長山藥對他來說,太重要了,他畢生所求,無非就是這個東西了,為了這個東西,他與整個武林為敵,也和朝廷結下了樑子,每時每刻活在殺戮之中。
如今夢三生既然找到他,就說明這件事,已經有了一個突破口,尋找起來就容易多了。
夢三生道:“看來我們達成了寶貴的共識,既然司先生沒什麼意見,那用完膳之後,我們便出發吧。”

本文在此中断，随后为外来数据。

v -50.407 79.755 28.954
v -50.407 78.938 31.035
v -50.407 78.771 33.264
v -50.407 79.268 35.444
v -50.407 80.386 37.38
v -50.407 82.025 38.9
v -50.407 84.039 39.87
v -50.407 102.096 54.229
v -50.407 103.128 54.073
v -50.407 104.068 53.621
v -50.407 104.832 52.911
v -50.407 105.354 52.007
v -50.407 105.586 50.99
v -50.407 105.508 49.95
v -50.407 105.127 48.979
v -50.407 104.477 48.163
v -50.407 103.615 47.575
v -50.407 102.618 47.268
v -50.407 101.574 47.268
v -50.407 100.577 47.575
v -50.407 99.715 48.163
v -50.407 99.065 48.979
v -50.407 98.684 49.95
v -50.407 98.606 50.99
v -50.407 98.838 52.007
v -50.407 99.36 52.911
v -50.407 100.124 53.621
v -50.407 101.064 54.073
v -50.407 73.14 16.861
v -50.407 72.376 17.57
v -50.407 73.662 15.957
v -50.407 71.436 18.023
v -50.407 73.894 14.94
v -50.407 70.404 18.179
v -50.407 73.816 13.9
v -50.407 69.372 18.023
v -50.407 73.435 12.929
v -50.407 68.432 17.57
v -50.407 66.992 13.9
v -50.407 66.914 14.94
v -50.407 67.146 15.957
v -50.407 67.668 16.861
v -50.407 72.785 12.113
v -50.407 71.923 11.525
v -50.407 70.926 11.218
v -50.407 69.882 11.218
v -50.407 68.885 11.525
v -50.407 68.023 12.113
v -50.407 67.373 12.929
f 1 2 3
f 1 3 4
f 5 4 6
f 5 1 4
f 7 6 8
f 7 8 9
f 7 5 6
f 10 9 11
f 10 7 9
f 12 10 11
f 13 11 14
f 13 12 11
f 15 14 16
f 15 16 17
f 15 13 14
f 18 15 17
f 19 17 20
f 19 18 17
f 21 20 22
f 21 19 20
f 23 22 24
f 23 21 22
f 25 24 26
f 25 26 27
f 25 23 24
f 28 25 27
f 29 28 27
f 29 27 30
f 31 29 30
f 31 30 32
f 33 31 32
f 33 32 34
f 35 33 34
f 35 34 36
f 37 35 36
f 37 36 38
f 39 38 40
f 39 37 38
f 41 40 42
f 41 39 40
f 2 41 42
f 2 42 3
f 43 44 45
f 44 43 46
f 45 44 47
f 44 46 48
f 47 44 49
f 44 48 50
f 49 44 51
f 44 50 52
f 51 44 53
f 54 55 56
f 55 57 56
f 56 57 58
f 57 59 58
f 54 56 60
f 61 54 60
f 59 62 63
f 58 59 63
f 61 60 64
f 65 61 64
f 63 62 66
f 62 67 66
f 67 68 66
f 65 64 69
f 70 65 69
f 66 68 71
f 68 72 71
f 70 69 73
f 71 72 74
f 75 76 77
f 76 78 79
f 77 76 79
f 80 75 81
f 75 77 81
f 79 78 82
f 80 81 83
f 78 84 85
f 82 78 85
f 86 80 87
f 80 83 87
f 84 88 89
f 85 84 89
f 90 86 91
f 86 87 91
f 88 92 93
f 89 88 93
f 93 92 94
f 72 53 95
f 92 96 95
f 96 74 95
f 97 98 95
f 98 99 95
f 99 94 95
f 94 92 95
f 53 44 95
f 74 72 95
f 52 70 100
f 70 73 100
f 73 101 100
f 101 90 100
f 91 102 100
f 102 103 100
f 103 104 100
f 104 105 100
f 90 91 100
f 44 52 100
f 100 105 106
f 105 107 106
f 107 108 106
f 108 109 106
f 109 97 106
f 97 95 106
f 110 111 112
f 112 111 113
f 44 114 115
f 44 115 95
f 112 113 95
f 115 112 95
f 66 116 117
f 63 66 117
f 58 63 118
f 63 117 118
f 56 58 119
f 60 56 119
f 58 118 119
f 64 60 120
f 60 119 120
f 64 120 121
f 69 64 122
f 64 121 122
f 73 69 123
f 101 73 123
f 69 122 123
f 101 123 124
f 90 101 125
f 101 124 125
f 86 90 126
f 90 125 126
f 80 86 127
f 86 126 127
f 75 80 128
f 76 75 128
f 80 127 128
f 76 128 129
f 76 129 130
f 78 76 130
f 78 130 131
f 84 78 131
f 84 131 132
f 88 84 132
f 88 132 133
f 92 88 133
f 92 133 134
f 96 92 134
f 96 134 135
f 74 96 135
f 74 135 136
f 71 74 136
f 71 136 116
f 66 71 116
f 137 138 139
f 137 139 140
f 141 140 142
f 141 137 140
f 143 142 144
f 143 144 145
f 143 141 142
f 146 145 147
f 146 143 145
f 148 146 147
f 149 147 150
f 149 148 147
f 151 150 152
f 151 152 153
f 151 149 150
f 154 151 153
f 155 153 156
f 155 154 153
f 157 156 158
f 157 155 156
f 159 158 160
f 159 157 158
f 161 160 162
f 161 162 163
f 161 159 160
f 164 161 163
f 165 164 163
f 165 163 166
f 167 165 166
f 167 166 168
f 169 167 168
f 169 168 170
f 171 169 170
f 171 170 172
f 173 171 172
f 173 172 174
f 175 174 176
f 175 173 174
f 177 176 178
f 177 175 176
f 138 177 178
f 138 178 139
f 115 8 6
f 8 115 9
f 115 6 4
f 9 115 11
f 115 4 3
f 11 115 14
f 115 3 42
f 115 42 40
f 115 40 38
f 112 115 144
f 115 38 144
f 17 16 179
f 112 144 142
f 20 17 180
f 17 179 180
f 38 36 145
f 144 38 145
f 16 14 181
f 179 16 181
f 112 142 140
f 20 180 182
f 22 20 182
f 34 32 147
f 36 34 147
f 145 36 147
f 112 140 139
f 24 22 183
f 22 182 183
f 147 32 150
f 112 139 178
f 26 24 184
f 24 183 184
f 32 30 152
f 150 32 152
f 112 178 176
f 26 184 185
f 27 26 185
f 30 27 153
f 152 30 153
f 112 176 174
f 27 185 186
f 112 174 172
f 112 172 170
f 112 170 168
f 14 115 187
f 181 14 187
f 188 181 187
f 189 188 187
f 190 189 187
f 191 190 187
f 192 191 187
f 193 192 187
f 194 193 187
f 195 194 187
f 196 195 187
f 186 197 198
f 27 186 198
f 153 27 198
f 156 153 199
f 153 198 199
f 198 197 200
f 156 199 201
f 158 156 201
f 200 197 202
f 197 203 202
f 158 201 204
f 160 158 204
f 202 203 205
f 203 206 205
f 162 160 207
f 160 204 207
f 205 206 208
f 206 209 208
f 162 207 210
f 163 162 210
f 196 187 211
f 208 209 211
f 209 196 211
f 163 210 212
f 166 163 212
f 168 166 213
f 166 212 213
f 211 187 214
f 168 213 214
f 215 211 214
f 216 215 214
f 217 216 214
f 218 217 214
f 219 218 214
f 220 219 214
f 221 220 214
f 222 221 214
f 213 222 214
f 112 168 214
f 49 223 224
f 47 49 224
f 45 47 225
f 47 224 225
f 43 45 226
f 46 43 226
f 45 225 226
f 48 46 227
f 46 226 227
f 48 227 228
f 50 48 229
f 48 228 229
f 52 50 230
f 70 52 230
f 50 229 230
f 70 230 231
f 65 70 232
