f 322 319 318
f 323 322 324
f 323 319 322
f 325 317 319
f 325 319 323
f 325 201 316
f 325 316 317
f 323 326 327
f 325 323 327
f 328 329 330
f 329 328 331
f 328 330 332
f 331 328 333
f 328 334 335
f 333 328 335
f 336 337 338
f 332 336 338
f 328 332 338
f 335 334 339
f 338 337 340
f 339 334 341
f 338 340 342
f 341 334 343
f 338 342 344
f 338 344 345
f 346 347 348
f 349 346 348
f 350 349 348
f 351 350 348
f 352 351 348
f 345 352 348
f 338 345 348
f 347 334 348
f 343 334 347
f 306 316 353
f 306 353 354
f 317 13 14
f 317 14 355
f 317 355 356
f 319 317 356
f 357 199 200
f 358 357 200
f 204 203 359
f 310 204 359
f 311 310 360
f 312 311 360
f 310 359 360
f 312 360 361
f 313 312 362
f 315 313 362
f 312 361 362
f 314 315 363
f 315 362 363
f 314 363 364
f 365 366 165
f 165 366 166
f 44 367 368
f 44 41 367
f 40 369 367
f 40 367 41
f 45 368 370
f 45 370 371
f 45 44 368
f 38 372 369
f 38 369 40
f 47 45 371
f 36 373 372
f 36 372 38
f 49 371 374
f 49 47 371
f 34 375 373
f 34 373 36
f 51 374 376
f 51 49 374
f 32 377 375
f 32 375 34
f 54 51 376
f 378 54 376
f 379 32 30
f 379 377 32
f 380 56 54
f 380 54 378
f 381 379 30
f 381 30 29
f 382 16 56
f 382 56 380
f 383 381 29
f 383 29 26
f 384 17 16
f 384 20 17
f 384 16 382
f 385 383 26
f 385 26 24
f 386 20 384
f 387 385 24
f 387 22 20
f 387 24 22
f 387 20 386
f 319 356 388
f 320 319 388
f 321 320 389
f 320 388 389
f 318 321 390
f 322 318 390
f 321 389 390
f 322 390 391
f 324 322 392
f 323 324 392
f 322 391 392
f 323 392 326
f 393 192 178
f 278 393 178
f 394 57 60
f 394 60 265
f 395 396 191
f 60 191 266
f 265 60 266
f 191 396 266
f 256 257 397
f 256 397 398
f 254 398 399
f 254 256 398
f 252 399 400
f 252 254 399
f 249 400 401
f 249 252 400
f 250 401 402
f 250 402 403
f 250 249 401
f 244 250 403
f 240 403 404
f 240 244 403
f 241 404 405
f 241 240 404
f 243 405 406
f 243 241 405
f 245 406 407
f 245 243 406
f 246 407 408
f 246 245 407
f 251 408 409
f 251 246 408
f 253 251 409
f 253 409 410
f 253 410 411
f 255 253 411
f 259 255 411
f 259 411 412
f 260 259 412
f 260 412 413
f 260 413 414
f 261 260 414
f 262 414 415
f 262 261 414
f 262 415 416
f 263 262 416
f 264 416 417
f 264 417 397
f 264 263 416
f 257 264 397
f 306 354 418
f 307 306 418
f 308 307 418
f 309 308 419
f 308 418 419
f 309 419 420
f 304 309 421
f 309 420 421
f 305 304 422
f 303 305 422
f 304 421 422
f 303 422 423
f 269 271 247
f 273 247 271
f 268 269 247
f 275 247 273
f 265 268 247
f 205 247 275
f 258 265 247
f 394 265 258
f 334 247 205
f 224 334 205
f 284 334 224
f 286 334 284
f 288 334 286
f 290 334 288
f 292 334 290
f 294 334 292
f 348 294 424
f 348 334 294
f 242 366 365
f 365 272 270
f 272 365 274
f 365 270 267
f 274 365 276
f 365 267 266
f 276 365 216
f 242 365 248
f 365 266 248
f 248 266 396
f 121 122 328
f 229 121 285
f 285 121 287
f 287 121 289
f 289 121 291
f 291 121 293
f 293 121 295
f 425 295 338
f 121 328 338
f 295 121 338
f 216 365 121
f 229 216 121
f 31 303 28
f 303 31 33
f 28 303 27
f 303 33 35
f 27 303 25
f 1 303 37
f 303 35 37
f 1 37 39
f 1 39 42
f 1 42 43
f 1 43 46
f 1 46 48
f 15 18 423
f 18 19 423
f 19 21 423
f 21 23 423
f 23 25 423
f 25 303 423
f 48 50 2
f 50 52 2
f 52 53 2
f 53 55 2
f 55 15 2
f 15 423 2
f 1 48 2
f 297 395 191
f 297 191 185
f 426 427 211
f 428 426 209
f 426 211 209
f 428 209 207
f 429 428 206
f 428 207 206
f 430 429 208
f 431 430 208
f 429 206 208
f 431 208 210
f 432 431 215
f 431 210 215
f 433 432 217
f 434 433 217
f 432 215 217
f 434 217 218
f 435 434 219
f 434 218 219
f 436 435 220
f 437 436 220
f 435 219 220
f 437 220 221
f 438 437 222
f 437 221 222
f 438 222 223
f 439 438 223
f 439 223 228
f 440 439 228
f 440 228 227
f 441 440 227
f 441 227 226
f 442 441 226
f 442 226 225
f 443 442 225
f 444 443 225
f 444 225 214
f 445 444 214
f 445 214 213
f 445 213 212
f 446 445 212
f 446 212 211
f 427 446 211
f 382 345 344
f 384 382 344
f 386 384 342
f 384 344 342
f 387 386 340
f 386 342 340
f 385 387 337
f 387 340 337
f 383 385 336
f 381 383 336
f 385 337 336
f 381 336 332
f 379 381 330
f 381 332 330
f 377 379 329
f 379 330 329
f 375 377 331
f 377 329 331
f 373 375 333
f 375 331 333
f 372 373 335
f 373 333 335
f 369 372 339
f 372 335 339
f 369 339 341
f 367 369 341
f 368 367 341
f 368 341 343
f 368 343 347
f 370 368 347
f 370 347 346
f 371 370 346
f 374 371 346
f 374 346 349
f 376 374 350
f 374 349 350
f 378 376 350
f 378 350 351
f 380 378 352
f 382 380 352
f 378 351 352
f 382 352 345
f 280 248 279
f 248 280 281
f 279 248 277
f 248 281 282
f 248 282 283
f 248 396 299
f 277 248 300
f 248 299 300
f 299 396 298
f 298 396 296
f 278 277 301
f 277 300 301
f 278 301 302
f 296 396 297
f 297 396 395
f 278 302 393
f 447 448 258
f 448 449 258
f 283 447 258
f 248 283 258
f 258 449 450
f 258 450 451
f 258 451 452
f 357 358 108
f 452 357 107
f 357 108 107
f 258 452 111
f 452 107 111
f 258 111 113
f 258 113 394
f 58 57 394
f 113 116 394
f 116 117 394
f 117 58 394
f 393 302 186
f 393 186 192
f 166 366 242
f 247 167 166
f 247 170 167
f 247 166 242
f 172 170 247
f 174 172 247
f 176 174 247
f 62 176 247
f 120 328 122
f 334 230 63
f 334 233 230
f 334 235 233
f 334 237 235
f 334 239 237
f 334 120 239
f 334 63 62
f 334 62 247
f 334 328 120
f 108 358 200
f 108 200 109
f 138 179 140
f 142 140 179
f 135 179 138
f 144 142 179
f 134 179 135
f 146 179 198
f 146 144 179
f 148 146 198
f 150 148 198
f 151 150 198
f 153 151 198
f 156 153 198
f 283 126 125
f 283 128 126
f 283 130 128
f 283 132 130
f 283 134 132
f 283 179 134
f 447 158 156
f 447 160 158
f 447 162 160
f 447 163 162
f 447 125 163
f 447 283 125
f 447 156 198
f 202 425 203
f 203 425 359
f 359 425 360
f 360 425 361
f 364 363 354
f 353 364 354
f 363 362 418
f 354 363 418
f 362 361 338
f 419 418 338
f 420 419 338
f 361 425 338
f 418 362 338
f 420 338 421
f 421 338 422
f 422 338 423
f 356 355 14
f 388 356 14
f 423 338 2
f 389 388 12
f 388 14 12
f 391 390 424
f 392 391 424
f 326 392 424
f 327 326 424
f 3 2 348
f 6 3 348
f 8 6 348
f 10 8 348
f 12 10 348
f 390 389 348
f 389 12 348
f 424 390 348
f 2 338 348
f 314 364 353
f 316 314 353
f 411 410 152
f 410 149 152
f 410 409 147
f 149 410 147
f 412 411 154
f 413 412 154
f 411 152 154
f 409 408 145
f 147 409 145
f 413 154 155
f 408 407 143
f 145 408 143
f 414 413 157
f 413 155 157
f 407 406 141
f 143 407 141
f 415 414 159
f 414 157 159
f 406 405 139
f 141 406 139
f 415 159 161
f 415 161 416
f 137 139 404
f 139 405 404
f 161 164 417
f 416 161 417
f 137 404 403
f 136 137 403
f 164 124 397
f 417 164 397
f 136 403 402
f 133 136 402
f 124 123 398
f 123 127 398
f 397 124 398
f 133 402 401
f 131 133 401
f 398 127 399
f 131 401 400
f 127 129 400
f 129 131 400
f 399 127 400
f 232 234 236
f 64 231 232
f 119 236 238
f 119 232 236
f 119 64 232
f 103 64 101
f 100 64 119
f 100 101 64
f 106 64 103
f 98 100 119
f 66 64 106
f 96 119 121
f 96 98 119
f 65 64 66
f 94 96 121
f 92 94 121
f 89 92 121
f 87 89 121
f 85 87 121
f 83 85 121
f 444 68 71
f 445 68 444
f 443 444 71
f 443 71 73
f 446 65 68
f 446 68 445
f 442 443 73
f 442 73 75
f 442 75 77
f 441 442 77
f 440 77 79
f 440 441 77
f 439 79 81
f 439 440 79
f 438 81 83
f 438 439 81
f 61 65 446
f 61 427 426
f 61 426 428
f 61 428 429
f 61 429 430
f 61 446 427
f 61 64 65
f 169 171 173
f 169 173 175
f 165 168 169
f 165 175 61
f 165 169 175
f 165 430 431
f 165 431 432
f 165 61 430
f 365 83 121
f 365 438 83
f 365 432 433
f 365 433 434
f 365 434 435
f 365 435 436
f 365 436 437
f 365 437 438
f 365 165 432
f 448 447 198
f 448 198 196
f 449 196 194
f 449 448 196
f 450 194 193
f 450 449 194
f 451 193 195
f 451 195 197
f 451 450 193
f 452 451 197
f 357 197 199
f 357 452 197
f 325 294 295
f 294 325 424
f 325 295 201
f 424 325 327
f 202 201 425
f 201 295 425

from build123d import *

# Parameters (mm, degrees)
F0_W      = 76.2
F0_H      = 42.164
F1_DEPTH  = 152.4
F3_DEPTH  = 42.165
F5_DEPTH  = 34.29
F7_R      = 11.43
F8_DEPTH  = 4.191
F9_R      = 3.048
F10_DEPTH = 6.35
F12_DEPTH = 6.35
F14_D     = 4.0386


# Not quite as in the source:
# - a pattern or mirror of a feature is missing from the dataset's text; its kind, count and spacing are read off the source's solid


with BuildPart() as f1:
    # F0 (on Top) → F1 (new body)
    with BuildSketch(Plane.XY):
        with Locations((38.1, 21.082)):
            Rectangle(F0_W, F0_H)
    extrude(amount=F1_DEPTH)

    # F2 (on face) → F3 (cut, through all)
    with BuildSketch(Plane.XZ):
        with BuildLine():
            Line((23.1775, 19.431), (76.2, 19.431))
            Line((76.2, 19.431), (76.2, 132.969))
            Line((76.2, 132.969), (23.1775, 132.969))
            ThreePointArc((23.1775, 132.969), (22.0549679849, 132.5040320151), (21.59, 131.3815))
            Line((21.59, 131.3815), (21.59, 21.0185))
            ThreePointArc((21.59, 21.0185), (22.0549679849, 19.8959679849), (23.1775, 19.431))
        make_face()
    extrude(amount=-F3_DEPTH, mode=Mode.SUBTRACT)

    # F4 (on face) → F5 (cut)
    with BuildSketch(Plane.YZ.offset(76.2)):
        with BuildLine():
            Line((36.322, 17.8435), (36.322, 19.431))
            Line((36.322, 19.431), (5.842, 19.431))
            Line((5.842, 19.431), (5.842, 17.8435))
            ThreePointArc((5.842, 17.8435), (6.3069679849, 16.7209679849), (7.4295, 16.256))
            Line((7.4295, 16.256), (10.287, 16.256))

許寡婦這才低頭看向桌上的飯菜,之前她一直在聽他們兩人說話,根本無暇管理桌上的東西。當她把目光掃在這些肉食上時,才察覺到了一絲涼颼颼的氣息。
“這肉......”她看著菜,沒有動筷。
司瑾邪也看向菜盤中的食物,道:“沒毒,能吃!”
“自然是能吃的,司先生面前,我又能有什麼小動作瞞得過?”夢三生自己吃了一口,道:“再說,我們現在可是盟友,下毒這種事情就更不可能了,你說是吧,許夫人。”
許寡婦還是沒有動筷,她道:“我不是擔心下毒,我只是覺得這肉有點奇怪。”
夢三生笑道:“有什麼奇怪的,這不就是正常的人肉麼?”
“人肉?”她這下可奇怪之處在哪裡了,怪不得這肉看著總覺得陰森森的,原來是人肉。
夢三生用最平淡的語氣解釋道:“之前兩位似乎說過,有些人愛亂嚼舌根子,舌頭就沒有繼續留著的必要,所以啊,我就把他們的舌頭割下來給你們做下酒菜了。”
司瑾邪用筷子夾起塊肉送到嘴裡,面不改色道:“有心了。”
夢三生道:“先生客氣了。”
許寡婦見司瑾邪也吃了,自己也吃了一塊,嗯,味道確實不錯。她不是一個那麼講究的人,只要吃不死人的,她向來沒有忌口,人肉而已,雖然是第一次吃,總歸還是不錯的。
這要換作以前,她斷然是不會吃的,可如今今非昔比,在經歷人世滄桑,起起伏伏後,就再也沒有什麼忌諱了。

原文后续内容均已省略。